By understanding how a product will be disposed of at the start of its product cycle, our customers can structure procurement specification to consider total lifecycle costing and not just the upfront price. This can deliver better long-term commercial value.

There is also increasing evidence that since COVID-19, consumer attitudes towards sustainability have strengthened and circular procurement will have a vital role to play in winning and retaining business. For example, our latest research with Ipsos MORI shows more than half of shoppers actively look for more sustainable packaging and almost a third of European shoppers say that they have stopped buying particular brands altogether because their packaging was not sustainable.

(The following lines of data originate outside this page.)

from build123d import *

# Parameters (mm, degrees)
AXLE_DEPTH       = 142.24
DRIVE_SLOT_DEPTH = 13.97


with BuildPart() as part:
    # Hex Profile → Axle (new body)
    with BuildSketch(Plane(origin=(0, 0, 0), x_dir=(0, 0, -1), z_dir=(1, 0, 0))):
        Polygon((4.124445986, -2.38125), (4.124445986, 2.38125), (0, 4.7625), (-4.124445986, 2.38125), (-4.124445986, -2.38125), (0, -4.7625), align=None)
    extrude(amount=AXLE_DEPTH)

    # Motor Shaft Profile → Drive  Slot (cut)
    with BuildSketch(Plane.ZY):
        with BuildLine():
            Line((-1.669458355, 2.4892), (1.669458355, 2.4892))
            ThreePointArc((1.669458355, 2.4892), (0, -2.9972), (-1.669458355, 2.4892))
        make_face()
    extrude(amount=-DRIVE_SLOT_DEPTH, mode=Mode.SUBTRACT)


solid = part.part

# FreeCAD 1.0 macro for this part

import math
import FreeCAD as App
import Part
import Sketcher
Q = App.Units.Quantity

doc = App.newDocument("Part")
body = doc.addObject("PartDesign::Body", "Body")

sketch1 = body.newObject("Sketcher::SketchObject", "Sketch")
sketch1.AttachmentSupport = (doc.getObject("YZ_Plane"), [""])
sketch1.MapMode = "FlatFace"
sketch1.addGeometry([
    Part.LineSegment(App.Vector(-2.4, -4.1, 0), App.Vector(2.4, -4.1, 0)),
    Part.LineSegment(App.Vector(2.4, -4.1, 0), App.Vector(4.8, 0, 0)),
    Part.LineSegment(App.Vector(4.8, 0, 0), App.Vector(2.4, 4.1, 0)),
    Part.LineSegment(App.Vector(2.4, 4.1, 0), App.Vector(-2.4, 4.1, 0)),
    Part.LineSegment(App.Vector(-2.4, 4.1, 0), App.Vector(-4.8, 0, 0)),
    Part.LineSegment(App.Vector(-4.8, 0, 0), App.Vector(-2.4, -4.1, 0)),
], False)
sketch1.addConstraint([
    Sketcher.Constraint("Coincident", 0, 2, 1, 1),
    Sketcher.Constraint("Coincident", 1, 2, 2, 1),
    Sketcher.Constraint("Coincident", 2, 2, 3, 1),
    Sketcher.Constraint("Coincident", 3, 2, 4, 1),
    Sketcher.Constraint("Coincident", 4, 2, 5, 1),
    Sketcher.Constraint("Coincident", 5, 2, 0, 1),
    Sketcher.Constraint("Horizontal", 0),
    Sketcher.Constraint("Horizontal", 3),
    Sketcher.Constraint("Symmetric", 0, 2, 3, 2, -1, 1),
    Sketcher.Constraint("Symmetric", 1, 2, 4, 2, -1, 1),
    Sketcher.Constraint("PointOnObject", 1, 2, -1),
    Sketcher.Constraint("Parallel", 2, 5),
    Sketcher.Constraint("Vertical", 0, 2, 2, 2),
    Sketcher.Constraint("Angle", 1, Q("60 deg")),
    Sketcher.Constraint("DistanceX", 0, 1, 0, 2, Q("0.1875 in")),
    Sketcher.Constraint("Distance", 1, Q("0.1875 in")),
])
pad1 = body.newObject("PartDesign::Pad", "Pad")
pad1.Profile = sketch1
pad1.Length = Q("5.6 in")

sketch2 = body.newObject("Sketcher::SketchObject", "Sketch001")
sketch2.AttachmentSupport = (doc.getObject("YZ_Plane"), [""])
sketch2.MapMode = "FlatFace"
sketch2.addGeometry([
    Part.LineSegment(App.Vector(2.5, 1.7, 0), App.Vector(2.5, -1.7, 0)),
    Part.ArcOfCircle(Part.Circle(App.Vector(0, 0, 0), App.Vector(0, 0, 1), 3), math.radians(34), math.radians(326)),
], False)
sketch2.addConstraint([
    Sketcher.Constraint("Coincident", 0, 1, 1, 1),
    Sketcher.Constraint("Coincident", 1, 2, 0, 2),
    Sketcher.Constraint("Vertical", 0),
    Sketcher.Constraint("Coincident", 1, 3, -1, 1),
    Sketcher.Constraint("Radius", 1, Q("0.118 in")),
    Sketcher.Constraint("DistanceX", -1, 1, 0, 1, Q("0.098 in")),
])
pocket1 = body.newObject("PartDesign::Pocket", "Pocket")
pocket1.Profile = sketch2
pocket1.Length = Q("0.55 in")
pocket1.Reversed = True

doc.recompute()
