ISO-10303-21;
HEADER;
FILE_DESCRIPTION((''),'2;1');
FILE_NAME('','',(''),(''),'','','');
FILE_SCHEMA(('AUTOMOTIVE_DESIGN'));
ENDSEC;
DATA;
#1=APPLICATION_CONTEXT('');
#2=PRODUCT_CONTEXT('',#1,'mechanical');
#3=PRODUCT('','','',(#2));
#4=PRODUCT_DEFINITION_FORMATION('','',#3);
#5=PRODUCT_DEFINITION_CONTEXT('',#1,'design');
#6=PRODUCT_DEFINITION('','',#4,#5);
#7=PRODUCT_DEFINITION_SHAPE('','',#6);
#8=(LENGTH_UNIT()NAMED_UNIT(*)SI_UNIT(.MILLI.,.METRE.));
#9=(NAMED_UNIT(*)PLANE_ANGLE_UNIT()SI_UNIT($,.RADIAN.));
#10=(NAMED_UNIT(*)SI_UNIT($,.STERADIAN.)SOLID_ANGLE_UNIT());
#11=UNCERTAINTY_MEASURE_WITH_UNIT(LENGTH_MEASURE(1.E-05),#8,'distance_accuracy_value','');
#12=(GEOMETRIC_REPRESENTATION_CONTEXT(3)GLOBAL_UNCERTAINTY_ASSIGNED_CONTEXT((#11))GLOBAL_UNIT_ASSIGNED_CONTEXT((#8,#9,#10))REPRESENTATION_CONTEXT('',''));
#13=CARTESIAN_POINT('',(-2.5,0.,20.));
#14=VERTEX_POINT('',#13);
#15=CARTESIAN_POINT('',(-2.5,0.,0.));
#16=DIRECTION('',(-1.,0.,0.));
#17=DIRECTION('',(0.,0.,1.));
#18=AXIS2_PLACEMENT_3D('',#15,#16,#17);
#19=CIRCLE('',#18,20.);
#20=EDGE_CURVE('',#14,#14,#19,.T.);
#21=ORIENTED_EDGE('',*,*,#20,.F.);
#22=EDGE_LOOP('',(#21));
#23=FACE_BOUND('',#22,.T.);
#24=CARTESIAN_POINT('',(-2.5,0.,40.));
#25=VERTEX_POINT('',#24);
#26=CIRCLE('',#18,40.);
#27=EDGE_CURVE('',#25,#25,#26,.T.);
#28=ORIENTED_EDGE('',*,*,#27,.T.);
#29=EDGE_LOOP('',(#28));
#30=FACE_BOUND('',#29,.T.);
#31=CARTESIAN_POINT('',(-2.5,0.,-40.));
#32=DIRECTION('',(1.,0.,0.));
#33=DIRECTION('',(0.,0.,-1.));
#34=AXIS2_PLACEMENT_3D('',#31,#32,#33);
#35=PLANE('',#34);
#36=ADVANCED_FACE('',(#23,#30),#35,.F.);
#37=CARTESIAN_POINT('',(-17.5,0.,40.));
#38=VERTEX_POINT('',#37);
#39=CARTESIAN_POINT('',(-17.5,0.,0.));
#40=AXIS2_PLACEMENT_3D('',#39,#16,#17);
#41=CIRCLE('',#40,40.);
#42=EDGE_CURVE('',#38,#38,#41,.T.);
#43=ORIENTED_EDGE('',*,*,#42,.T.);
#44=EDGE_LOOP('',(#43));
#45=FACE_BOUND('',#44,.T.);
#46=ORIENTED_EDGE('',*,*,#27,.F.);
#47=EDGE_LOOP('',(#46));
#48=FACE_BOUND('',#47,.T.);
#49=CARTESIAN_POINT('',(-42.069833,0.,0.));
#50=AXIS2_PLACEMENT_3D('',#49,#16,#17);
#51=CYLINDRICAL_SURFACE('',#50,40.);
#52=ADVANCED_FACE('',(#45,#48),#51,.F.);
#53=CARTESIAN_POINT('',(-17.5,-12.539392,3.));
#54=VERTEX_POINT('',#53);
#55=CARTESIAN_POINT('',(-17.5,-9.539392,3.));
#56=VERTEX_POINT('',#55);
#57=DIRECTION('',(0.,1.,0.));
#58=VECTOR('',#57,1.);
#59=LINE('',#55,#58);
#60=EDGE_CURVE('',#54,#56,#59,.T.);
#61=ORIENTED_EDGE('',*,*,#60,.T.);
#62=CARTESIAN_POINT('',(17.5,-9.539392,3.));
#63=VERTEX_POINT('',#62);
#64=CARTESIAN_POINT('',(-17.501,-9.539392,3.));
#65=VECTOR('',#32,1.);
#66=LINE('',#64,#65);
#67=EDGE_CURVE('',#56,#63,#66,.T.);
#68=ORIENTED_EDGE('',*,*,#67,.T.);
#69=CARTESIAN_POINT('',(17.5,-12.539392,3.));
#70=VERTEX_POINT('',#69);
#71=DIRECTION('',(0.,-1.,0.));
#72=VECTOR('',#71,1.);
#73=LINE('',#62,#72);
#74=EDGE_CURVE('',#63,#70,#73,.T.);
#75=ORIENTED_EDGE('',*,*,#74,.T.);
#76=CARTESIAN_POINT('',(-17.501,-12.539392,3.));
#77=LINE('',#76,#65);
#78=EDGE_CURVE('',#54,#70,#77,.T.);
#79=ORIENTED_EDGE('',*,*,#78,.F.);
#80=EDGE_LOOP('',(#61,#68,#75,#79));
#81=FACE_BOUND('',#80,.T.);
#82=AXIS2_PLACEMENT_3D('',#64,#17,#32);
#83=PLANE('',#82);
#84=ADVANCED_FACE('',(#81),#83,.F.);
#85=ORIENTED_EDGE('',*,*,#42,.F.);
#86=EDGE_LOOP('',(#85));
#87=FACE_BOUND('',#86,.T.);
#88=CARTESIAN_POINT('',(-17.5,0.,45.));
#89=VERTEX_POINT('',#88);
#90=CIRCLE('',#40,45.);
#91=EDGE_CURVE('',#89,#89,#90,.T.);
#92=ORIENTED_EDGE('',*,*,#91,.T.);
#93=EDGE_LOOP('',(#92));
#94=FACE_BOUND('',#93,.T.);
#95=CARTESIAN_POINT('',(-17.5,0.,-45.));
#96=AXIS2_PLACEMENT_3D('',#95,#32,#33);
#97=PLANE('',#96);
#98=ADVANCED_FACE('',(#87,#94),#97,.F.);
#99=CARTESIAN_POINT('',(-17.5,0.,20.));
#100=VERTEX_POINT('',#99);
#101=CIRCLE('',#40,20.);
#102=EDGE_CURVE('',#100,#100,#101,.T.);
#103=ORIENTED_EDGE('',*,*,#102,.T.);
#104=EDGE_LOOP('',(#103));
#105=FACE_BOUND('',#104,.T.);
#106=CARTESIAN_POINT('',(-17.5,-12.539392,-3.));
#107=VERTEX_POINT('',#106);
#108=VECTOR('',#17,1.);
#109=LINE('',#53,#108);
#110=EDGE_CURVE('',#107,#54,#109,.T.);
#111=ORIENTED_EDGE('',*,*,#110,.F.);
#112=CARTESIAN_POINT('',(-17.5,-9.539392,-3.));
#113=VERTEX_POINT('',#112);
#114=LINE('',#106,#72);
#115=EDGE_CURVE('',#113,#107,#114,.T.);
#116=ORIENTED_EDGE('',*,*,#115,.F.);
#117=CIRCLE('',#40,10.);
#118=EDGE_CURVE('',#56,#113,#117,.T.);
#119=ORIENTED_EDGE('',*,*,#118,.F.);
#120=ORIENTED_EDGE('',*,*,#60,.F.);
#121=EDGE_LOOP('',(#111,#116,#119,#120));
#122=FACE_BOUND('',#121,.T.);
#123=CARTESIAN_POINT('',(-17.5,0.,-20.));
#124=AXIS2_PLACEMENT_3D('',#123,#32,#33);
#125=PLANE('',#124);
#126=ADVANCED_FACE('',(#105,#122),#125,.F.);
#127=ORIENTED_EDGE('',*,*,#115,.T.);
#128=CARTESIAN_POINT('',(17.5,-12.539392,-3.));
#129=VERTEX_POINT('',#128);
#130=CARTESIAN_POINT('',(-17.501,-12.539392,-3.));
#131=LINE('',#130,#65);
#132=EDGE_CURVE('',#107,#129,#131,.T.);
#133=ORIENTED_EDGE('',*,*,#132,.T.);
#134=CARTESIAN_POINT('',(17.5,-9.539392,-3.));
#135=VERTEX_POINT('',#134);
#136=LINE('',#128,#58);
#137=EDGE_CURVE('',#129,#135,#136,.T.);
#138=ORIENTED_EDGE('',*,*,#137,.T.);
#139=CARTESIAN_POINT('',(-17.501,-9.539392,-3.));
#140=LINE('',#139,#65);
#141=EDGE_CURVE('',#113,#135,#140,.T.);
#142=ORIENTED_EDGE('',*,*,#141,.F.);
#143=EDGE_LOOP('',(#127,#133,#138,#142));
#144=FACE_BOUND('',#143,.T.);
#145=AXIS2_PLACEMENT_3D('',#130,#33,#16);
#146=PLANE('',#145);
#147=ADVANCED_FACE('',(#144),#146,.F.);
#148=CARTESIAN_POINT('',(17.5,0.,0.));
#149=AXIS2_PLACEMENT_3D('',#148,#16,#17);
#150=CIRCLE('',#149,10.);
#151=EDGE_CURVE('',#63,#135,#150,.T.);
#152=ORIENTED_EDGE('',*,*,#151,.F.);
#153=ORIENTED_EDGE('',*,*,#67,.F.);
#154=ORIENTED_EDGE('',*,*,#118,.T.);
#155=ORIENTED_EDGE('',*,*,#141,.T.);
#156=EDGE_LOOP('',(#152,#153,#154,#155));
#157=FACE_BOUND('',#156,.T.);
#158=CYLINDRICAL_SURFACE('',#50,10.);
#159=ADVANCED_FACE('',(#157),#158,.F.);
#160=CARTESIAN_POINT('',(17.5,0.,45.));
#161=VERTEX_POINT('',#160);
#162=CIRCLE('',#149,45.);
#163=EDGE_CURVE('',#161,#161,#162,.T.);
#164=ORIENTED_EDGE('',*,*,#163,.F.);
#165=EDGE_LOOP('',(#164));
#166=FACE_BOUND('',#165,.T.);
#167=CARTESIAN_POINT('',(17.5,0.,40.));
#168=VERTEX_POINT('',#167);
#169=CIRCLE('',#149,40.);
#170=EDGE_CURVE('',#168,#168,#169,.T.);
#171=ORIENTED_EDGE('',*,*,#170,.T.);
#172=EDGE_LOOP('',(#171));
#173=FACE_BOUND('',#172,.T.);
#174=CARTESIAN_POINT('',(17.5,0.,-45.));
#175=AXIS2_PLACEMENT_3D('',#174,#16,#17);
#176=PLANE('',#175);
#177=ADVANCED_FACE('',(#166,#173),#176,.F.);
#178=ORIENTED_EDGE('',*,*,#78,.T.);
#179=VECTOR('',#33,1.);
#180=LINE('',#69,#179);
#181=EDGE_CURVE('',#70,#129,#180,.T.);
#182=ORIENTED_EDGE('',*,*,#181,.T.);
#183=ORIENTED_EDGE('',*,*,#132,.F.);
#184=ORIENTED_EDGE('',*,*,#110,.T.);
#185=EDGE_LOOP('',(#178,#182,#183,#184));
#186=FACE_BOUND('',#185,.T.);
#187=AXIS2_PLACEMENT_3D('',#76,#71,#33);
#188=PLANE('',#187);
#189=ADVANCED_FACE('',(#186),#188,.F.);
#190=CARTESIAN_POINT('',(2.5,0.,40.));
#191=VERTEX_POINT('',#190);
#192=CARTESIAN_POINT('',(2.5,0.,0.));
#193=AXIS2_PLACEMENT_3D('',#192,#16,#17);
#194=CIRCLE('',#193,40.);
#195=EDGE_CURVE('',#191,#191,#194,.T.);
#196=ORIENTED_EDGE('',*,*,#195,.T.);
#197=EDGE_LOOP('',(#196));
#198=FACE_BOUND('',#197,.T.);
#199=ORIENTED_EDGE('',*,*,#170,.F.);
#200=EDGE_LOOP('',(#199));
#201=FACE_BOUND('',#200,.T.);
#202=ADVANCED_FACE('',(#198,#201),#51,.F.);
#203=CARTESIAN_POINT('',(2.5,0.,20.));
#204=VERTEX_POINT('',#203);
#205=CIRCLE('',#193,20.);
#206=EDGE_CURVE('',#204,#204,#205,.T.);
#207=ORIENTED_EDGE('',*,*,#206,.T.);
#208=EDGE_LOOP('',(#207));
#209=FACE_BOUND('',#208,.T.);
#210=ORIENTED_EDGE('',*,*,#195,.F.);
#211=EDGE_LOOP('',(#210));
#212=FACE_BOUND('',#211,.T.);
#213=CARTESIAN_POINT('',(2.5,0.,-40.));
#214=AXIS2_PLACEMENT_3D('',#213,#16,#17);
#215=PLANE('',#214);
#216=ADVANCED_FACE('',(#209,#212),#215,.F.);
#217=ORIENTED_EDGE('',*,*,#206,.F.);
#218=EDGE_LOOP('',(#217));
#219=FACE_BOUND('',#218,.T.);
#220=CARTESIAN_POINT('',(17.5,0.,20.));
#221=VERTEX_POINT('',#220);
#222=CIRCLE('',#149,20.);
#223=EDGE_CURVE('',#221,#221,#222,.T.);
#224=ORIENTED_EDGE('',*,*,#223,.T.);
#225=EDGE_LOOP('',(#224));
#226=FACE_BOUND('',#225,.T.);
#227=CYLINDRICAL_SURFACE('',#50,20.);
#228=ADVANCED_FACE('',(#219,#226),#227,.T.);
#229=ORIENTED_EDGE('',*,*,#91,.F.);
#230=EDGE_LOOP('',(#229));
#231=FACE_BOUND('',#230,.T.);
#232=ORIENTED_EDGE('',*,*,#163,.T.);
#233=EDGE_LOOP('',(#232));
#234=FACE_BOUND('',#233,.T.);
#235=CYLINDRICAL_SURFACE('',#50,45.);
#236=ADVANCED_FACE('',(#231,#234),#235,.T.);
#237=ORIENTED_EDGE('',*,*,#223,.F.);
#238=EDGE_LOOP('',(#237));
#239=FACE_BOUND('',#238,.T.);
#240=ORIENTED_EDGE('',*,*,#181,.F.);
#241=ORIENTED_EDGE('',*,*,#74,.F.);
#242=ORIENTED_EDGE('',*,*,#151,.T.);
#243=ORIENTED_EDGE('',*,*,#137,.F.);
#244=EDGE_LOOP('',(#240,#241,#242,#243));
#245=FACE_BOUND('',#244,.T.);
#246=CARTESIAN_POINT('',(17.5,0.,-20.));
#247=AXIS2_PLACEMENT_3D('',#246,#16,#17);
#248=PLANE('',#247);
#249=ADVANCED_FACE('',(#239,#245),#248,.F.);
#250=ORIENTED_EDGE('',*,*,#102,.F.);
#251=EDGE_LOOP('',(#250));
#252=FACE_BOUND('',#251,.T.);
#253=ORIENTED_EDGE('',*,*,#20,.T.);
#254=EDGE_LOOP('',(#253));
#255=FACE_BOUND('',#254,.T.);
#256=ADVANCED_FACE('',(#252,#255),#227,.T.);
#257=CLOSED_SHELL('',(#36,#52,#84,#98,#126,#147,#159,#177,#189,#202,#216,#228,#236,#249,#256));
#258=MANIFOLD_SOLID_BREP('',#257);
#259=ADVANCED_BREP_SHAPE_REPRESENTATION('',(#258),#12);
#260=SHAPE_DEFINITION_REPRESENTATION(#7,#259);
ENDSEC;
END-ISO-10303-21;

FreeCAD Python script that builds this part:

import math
import FreeCAD as App
import Part
import Sketcher

V = App.Vector


def add_polygon(sketch, points):
    """Adds a closed chain of lines whose ends are joined by coincident constraints."""
    first, n = sketch.GeometryCount, len(points)
    for a, b in zip(points, points[1:] + points[:1]):
        sketch.addGeometry(Part.LineSegment(App.Vector(*a, 0), App.Vector(*b, 0)), False)
    for i in range(n):
        sketch.addConstraint(Sketcher.Constraint("Coincident", first + i, 2, first + (i + 1) % n, 1))

doc = App.newDocument("Part")
body = doc.addObject("PartDesign::Body", "Body")

sketch1 = doc.addObject("Sketcher::SketchObject", "Sketch")
body.addObject(sketch1)
sketch1.AttachmentSupport = (doc.XZ_Plane, [""])
sketch1.MapMode = "FlatFace"
add_polygon(sketch1, [(17.5, -45), (-17.5, -45), (-17.5, -40), (-2.5, -40), (-2.5, -20), (-17.5, -20), (-17.5, -10), (17.5, -10), (17.5, -20), (2.5, -20), (2.5, -40), (17.5, -40)])
sketch1.addConstraint(Sketcher.Constraint("Horizontal", 0))
sketch1.addConstraint(Sketcher.Constraint("Vertical", 1))
sketch1.addConstraint(Sketcher.Constraint("Horizontal", 2))
sketch1.addConstraint(Sketcher.Constraint("Vertical", 3))
sketch1.addConstraint(Sketcher.Constraint("Horizontal", 4))
sketch1.addConstraint(Sketcher.Constraint("Vertical", 5))
sketch1.addConstraint(Sketcher.Constraint("Horizontal", 6))
sketch1.addConstraint(Sketcher.Constraint("Vertical", 7))
sketch1.addConstraint(Sketcher.Constraint("Horizontal", 8))
sketch1.addConstraint(Sketcher.Constraint("Vertical", 9))
sketch1.addConstraint(Sketcher.Constraint("Horizontal", 10))
sketch1.addConstraint(Sketcher.Constraint("Vertical", 11))
sketch1.addConstraint(Sketcher.Constraint("Symmetric", 4, 2, 7, 2, -2))
sketch1.addConstraint(Sketcher.Constraint("Symmetric", 2, 2, 9, 2, -2))
sketch1.addConstraint(Sketcher.Constraint("Vertical", 1, 2, 4, 2))
sketch1.addConstraint(Sketcher.Constraint("Vertical", 7, 2, 10, 2))
sketch1.addConstraint(Sketcher.Constraint("DistanceX", 0, 2, 0, 1, 35.0))
sketch1.addConstraint(Sketcher.Constraint("DistanceX", 2, 1, 2, 2, 15.0))
sketch1.addConstraint(Sketcher.Constraint("DistanceY", 1, 1, 1, 2, 5.0))
sketch1.addConstraint(Sketcher.Constraint("DistanceY", 3, 1, 3, 2, 20.0))
sketch1.addConstraint(Sketcher.Constraint("DistanceY", 5, 1, 5, 2, 10.0))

 As our research shows the consequences of not having strong sustainability credentials can be damaging and we are trusted to develop fully auditable, circular solutions that satisfy the growing demands of customers, stakeholders and employees. Supply chains can be long and complex and we don’t just look at the circular merits of our own products but the sustainability credentials of everything and everyone within our supply chain, including our external partners. To this extent we see ourselves as the sustainability custodians of our customers’ brands. 

Circular procurement in action

Many of our customers are looking for circular or sustainable solutions to solve problems that have caused them a problem for a long time. For example, nearly half of Europeans (46%) say they want to use more cardboard or paper-based packaging rather than plastic based packaging. So for one of our customers selling frozen, chilled and ambient food we met this challenge by developing ECO Bowl™, a new, more sustainable alternative using a corrugated cardboard tray with 85% less plastic. Not only that, at the end of life, the materials can easily be separated for recycling.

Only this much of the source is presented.